From 1 February 2024 it will be a criminal offence to own an XL Bully in England and Wales unless you have a Certificate of Exemption for your dog. You will have until 31 January 2024 to apply for this exemption. The Government will provide more information on how to apply for an exemption for an American Bully XL dog soon and we’ll update this page when they do. The application costs £92.40.
To keep an American Bully XL dog, you must ensure they are:
- neutered (or if your dog is less than one year old on 31 January 2024, they must be neutered by 31 December 2024)
- kept on a lead and muzzled at all times when in public
- kept in a secure place so that they can’t escape.
And owners must:
- have third party liability insurance against your dog injuring other people
- be aged over 16
- show the Certificate of Exemption when asked by a police officer or council dog warden, either at the time or within 5 days
- let the Index of Exempt Dogs know if you change address, or your dog dies.
If you own an American Bully XL type dog, you can start preparing by making sure your dog is neutered, microchipped and trained to wear a muzzle. watch our handy training video below. You can also obtain third-party liability insurance. You can find more information about preparing for the ban on the Government’s website.
Muzzle training tips:
What is an American Bully XL or XL Bully?

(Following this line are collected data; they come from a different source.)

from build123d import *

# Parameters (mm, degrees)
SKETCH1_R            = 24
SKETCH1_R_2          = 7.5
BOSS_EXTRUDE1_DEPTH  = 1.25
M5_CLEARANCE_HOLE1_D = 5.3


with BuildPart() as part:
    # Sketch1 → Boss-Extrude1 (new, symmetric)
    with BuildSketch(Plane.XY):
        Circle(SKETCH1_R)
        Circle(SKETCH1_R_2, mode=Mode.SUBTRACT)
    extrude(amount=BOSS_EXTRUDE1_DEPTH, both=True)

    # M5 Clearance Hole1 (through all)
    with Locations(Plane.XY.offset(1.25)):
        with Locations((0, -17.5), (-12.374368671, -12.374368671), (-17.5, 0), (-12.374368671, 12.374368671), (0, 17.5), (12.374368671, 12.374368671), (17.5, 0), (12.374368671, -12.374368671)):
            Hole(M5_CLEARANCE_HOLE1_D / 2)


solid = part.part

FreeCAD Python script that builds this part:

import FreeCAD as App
import Part
import Sketcher
from FreeCAD import Vector

doc = App.newDocument("Part")
body = doc.addObject("PartDesign::Body", "Body")

sketch1 = body.newObject("Sketcher::SketchObject", "Sketch")
sketch1.AttachmentSupport = (doc.getObject("XY_Plane"), [""])
sketch1.MapMode = "FlatFace"
sketch1.addGeometry(Part.Circle(Vector(0, 0, 0), Vector(0, 0, 1), 24), False)
sketch1.addGeometry(Part.Circle(Vector(0, 0, 0), Vector(0, 0, 1), 8), False)
sketch1.addConstraint(Sketcher.Constraint("Coincident", 0, 3, -1, 1))
sketch1.addConstraint(Sketcher.Constraint("Coincident", 1, 3, -1, 1))
sketch1.addConstraint(Sketcher.Constraint("Diameter", 0, 48.0))
sketch1.addConstraint(Sketcher.Constraint("Diameter", 1, 15.0))
pad1 = body.newObject("PartDesign::Pad", "Pad")
pad1.Profile = sketch1
pad1.Length = 2.5
pad1.Midplane = True

sketch2 = body.newObject("Sketcher::SketchObject", "Sketch001")
sketch2.AttachmentSupport = (doc.getObject("XY_Plane"), [""])
sketch2.MapMode = "FlatFace"
sketch2.AttachmentOffset = App.Placement(Vector(0, 0, 1.25), App.Rotation())
sketch2.addGeometry(Part.Circle(Vector(0, -17.5, 0), Vector(0, 0, 1), 2.6), False)
sketch2.addGeometry(Part.Circle(Vector(-12.4, -12.4, 0), Vector(0, 0, 1), 2.6), False)
sketch2.addGeometry(Part.Circle(Vector(-17.5, 0, 0), Vector(0, 0, 1), 2.6), False)
sketch2.addGeometry(Part.Circle(Vector(-12.4, 12.4, 0), Vector(0, 0, 1), 2.6), False)
sketch2.addGeometry(Part.Circle(Vector(0, 17.5, 0), Vector(0, 0, 1), 2.6), False)
sketch2.addGeometry(Part.Circle(Vector(12.4, 12.4, 0), Vector(0, 0, 1), 2.6), False)
sketch2.addGeometry(Part.Circle(Vector(17.5, 0, 0), Vector(0, 0, 1), 2.6), False)
sketch2.addGeometry(Part.Circle(Vector(12.4, -12.4, 0), Vector(0, 0, 1), 2.6), False)
sketch2.addConstraint(Sketcher.Constraint("Equal", 0, 1))
sketch2.addConstraint(Sketcher.Constraint("Equal", 1, 2))
sketch2.addConstraint(Sketcher.Constraint("Equal", 2, 3))
sketch2.addConstraint(Sketcher.Constraint("Equal", 3, 4))
sketch2.addConstraint(Sketcher.Constraint("Equal", 4, 5))
sketch2.addConstraint(Sketcher.Constraint("Equal", 5, 6))
sketch2.addConstraint(Sketcher.Constraint("Equal", 6, 7))
sketch2.addConstraint(Sketcher.Constraint("Symmetric", 0, 3, 4, 3, -1, 1))
sketch2.addConstraint(Sketcher.Constraint("Symmetric", 1, 3, 5, 3, -1, 1))
sketch2.addConstraint(Sketcher.Constraint("Symmetric", 2, 3, 6, 3, -1, 1))
sketch2.addConstraint(Sketcher.Constraint("Symmetric", 3, 3, 7, 3, -1, 1))
sketch2.addConstraint(Sketcher.Constraint("Symmetric", 3, 3, 5, 3, -2))
sketch2.addConstraint(Sketcher.Constraint("PointOnObject", 0, 3, -2))
sketch2.addConstraint(Sketcher.Constraint("PointOnObject", 2, 3, -1))
sketch2.addConstraint(Sketcher.Constraint("Diameter", 0, 5.3))
sketch2.addConstraint(Sketcher.Constraint("DistanceY", 0, 3, 4, 3, 35.0))
sketch2.addConstraint(Sketcher.Constraint("DistanceX", 2, 3, -1, 1, 17.5))
sketch2.addConstraint(Sketcher.Constraint("DistanceX", 1, 3, -1, 1, 12.374369))
sketch2.addConstraint(Sketcher.Constraint("DistanceY", 1, 3, -1, 1, 12.374369))
doc.recompute()
hole = body.newObject("PartDesign::Hole", "Hole")
hole.Profile = sketch2
hole.ThreadType = "None"
hole.Diameter = 5.3
hole.DepthType = "ThroughAll"

doc.recompute()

The Government has developed an official definition of an American Bully XL, which you can read in full on their website. It includes detaila on height, shape and other features, The definition was decided by an expert group, led by the Government and made up of police, local authority, vets and other animal welfare experts.
The American Bully XL is defined as a large dog with a muscular body and blocky head, suggesting great strength and power for its size.
Which types of dogs are already banned in the UK?
The Dangerous Dogs Act was introduced in 1991 and gave the Government the power to ban any breed appearing to be bred for fighting or to have the characteristics of a type bred for that purpose. Under the Dangerous Dogs Act, these breed types are banned in the UK:
- Pit Bull Terrier
- Japanese Tosa
- Dogo Argentino
- Fila Brasileiro
It’s illegal to breed, sell, give away or abandon a banned type of dog.
If you own a currently banned breed type, and don’t have a certificate of exemption to keep them, the police can seize the dog and keep them, even if they’re not acting dangerously and no complaint has been made. A court process is then needed to determine if the dog poses a danger to the public and if the owner can apply for an exemption certificate.